§ WHAT YOU HAVE TO DO
Output only the lines below from the one containing "v -0.351 0 28.591" to the one containing "f 103 101 89", exactly as written, both ends kept.

§ DATA PROVIDED
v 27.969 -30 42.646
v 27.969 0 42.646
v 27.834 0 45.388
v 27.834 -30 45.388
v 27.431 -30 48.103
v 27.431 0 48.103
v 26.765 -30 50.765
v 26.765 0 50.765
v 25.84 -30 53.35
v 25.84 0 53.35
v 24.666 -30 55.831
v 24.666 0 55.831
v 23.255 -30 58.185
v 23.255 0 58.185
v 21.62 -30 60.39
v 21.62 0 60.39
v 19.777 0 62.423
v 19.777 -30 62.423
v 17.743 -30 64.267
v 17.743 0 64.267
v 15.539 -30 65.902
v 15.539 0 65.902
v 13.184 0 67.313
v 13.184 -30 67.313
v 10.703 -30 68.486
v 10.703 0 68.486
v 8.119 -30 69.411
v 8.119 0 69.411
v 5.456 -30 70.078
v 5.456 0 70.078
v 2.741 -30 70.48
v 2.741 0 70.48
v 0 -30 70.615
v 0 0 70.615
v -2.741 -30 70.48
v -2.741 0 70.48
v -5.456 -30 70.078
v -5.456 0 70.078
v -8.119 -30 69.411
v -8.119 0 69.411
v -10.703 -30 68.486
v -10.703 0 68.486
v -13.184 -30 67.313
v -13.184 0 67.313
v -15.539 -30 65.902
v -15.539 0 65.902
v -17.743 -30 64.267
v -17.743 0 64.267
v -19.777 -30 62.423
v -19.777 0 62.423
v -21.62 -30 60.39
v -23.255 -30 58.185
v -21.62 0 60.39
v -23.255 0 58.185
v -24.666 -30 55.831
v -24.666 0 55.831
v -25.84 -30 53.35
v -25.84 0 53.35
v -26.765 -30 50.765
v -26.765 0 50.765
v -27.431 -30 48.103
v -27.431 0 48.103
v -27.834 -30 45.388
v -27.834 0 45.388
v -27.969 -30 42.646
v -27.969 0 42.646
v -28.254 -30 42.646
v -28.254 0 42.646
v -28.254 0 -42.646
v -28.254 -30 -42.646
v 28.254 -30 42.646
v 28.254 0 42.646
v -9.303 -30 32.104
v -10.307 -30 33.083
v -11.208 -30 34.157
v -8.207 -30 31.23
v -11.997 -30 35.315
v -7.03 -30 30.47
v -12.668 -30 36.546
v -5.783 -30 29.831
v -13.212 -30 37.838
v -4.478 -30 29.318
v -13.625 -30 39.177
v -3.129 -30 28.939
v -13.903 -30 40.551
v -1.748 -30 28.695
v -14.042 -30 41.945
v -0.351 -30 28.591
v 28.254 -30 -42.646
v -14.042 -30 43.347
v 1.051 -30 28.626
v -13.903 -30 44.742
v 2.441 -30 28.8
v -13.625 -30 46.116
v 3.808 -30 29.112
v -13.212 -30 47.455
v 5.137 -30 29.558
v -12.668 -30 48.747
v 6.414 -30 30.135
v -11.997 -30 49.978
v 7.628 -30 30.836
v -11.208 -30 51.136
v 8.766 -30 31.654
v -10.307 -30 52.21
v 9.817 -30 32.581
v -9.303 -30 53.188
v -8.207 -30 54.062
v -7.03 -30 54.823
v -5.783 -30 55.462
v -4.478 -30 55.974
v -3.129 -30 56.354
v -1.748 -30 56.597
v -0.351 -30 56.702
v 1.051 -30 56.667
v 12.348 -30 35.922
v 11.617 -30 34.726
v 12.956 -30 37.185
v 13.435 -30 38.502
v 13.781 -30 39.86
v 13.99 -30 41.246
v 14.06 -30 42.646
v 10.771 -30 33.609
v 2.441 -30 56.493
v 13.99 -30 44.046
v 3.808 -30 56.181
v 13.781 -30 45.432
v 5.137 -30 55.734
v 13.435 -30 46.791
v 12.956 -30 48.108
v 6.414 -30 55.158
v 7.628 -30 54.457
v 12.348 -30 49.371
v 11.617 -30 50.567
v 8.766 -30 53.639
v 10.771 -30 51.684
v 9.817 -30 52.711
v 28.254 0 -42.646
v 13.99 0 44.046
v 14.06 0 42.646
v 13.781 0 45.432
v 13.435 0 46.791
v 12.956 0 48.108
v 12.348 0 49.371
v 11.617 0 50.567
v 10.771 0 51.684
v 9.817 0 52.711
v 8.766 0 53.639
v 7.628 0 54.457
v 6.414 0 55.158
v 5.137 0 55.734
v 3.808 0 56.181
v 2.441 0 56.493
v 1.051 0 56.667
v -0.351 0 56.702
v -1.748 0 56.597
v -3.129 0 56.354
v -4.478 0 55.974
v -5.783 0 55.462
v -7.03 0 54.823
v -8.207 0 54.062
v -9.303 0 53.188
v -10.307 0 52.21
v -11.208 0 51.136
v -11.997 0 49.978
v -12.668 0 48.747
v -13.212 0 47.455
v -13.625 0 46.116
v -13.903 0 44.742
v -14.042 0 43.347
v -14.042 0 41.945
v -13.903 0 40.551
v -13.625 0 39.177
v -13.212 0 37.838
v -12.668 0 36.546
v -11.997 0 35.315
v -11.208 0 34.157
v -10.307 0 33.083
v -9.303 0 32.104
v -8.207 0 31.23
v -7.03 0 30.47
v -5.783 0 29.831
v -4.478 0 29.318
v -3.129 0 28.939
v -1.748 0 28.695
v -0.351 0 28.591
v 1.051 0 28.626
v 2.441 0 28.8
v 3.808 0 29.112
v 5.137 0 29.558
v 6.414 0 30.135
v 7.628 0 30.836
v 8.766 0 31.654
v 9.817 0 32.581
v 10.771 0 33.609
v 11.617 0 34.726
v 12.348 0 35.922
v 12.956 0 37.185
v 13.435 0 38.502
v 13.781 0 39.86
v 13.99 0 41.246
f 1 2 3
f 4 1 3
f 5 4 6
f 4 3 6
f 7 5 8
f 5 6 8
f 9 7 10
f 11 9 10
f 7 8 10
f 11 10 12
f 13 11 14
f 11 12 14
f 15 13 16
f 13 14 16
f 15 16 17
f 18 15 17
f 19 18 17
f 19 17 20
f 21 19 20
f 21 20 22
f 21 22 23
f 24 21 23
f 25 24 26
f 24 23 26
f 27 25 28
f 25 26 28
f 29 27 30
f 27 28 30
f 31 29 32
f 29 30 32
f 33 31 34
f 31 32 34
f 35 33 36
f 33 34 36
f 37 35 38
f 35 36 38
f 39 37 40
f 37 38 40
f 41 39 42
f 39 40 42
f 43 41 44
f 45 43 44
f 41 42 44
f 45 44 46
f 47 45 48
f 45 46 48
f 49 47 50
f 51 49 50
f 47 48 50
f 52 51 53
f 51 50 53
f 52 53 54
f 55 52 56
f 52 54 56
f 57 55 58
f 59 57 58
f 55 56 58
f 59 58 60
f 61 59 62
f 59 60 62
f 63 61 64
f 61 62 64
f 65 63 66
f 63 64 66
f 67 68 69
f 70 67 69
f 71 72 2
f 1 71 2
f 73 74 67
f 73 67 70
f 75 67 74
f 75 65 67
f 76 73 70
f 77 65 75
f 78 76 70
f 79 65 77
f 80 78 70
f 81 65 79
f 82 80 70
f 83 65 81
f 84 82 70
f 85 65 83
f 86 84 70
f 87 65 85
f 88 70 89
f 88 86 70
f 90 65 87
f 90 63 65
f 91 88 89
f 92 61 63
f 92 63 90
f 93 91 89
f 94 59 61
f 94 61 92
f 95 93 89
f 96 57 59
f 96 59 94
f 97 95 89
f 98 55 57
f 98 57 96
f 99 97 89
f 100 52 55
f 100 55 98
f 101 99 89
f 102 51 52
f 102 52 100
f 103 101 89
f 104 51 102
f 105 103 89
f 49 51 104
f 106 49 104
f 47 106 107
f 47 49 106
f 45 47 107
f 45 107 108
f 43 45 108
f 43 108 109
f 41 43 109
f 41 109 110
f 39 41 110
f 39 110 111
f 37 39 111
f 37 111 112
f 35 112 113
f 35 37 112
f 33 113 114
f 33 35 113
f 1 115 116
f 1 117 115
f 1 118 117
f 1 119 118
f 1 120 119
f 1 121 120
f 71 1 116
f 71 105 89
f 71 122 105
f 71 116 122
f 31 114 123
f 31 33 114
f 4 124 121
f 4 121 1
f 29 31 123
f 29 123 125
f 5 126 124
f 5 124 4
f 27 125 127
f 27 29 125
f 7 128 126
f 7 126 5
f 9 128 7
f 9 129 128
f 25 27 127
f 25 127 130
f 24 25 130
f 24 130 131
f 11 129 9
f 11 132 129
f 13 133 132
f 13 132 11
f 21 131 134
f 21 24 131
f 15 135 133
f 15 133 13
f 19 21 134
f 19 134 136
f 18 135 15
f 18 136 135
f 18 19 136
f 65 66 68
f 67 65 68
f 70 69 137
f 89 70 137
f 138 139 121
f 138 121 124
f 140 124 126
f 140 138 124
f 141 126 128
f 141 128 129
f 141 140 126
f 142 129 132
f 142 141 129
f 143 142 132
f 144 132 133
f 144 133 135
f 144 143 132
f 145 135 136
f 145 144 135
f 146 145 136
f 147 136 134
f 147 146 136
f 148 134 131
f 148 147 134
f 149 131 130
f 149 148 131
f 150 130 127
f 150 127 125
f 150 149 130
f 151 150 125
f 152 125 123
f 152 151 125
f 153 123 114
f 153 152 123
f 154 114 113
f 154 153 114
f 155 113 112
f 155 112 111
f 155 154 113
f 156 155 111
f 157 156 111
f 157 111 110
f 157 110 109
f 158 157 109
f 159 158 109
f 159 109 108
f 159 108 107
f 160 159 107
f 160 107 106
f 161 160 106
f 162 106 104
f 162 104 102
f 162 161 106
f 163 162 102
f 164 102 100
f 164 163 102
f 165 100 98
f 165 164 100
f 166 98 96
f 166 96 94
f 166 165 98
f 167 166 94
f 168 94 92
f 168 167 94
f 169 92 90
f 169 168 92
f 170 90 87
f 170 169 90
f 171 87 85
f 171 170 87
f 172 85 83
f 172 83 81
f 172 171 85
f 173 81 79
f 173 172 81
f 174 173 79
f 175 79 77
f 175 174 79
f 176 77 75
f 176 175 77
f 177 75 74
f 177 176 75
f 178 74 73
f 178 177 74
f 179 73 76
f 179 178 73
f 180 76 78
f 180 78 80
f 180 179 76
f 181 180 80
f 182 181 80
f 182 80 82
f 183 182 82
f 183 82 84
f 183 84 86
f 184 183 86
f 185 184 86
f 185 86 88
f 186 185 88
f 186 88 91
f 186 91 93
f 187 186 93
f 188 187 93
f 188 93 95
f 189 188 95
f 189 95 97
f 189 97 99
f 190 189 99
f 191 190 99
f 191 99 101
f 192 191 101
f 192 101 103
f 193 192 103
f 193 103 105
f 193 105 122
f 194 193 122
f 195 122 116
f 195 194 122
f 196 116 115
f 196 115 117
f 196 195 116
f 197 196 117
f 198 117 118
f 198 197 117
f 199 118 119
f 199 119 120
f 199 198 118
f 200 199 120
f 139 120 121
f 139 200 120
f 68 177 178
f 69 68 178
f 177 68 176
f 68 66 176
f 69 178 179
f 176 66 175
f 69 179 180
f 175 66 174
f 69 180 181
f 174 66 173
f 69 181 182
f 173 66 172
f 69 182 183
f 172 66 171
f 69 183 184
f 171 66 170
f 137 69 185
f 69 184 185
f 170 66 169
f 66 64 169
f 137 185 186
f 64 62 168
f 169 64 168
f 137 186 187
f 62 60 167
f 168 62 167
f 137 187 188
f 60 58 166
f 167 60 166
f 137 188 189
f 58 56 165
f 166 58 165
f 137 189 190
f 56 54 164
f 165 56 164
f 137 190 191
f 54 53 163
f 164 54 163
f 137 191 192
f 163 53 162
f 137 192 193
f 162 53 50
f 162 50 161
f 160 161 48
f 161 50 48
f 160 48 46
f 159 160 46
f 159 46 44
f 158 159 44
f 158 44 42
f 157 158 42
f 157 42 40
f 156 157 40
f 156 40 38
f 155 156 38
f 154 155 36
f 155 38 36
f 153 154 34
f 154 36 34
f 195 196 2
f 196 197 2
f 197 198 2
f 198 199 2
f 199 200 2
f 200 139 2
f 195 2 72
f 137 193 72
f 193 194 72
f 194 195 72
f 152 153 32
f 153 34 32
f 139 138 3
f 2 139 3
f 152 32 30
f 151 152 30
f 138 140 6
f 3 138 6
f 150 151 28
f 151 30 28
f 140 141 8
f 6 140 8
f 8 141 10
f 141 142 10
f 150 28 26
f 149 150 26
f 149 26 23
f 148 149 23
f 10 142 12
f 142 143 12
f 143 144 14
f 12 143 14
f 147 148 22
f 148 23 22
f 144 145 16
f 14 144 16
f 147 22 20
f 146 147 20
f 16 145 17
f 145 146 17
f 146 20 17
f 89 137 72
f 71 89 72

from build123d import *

# Parameters (mm, degrees)
F0_R     = 14.059963
F1_DEPTH = 30


with BuildPart() as f1:
    # F0 (on Front) → F1 (new body)
    with BuildSketch(Plane.XZ):
        with BuildLine():
            Line((28.253531, -42.646307), (28.253531, 42.646307))
            Line((28.253531, 42.646307), (27.968869, 42.646307))
            ThreePointArc((27.968869, 42.646307), (0, 70.615176), (-27.968869, 42.646307))
            Line((-27.968869, 42.646307), (-28.253531, 42.646307))
            Line((-28.253531, 42.646307), (-28.253531, -42.646307))
            Line((-28.253531, -42.646307), (28.253531, -42.646307))
        make_face()
        with Locations((0, 42.646307)):
            Circle(F0_R, mode=Mode.SUBTRACT)
    extrude(amount=F1_DEPTH)


solid = f1.part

§ COMPLETED EXERCISE
v -0.351 0 28.591
v 1.051 0 28.626
v 2.441 0 28.8
v 3.808 0 29.112
v 5.137 0 29.558
v 6.414 0 30.135
v 7.628 0 30.836
v 8.766 0 31.654
v 9.817 0 32.581
v 10.771 0 33.609
v 11.617 0 34.726
v 12.348 0 35.922
v 12.956 0 37.185
v 13.435 0 38.502
v 13.781 0 39.86
v 13.99 0 41.246
f 1 2 3
f 4 1 3
f 5 4 6
f 4 3 6
f 7 5 8
f 5 6 8
f 9 7 10
f 11 9 10
f 7 8 10
f 11 10 12
f 13 11 14
f 11 12 14
f 15 13 16
f 13 14 16
f 15 16 17
f 18 15 17
f 19 18 17
f 19 17 20
f 21 19 20
f 21 20 22
f 21 22 23
f 24 21 23
f 25 24 26
f 24 23 26
f 27 25 28
f 25 26 28
f 29 27 30
f 27 28 30
f 31 29 32
f 29 30 32
f 33 31 34
f 31 32 34
f 35 33 36
f 33 34 36
f 37 35 38
f 35 36 38
f 39 37 40
f 37 38 40
f 41 39 42
f 39 40 42
f 43 41 44
f 45 43 44
f 41 42 44
f 45 44 46
f 47 45 48
f 45 46 48
f 49 47 50
f 51 49 50
f 47 48 50
f 52 51 53
f 51 50 53
f 52 53 54
f 55 52 56
f 52 54 56
f 57 55 58
f 59 57 58
f 55 56 58
f 59 58 60
f 61 59 62
f 59 60 62
f 63 61 64
f 61 62 64
f 65 63 66
f 63 64 66
f 67 68 69
f 70 67 69
f 71 72 2
f 1 71 2
f 73 74 67
f 73 67 70
f 75 67 74
f 75 65 67
f 76 73 70
f 77 65 75
f 78 76 70
f 79 65 77
f 80 78 70
f 81 65 79
f 82 80 70
f 83 65 81
f 84 82 70
f 85 65 83
f 86 84 70
f 87 65 85
f 88 70 89
f 88 86 70
f 90 65 87
f 90 63 65
f 91 88 89
f 92 61 63
f 92 63 90
f 93 91 89
f 94 59 61
f 94 61 92
f 95 93 89
f 96 57 59
f 96 59 94
f 97 95 89
f 98 55 57
f 98 57 96
f 99 97 89
f 100 52 55
f 100 55 98
f 101 99 89
f 102 51 52
f 102 52 100
f 103 101 89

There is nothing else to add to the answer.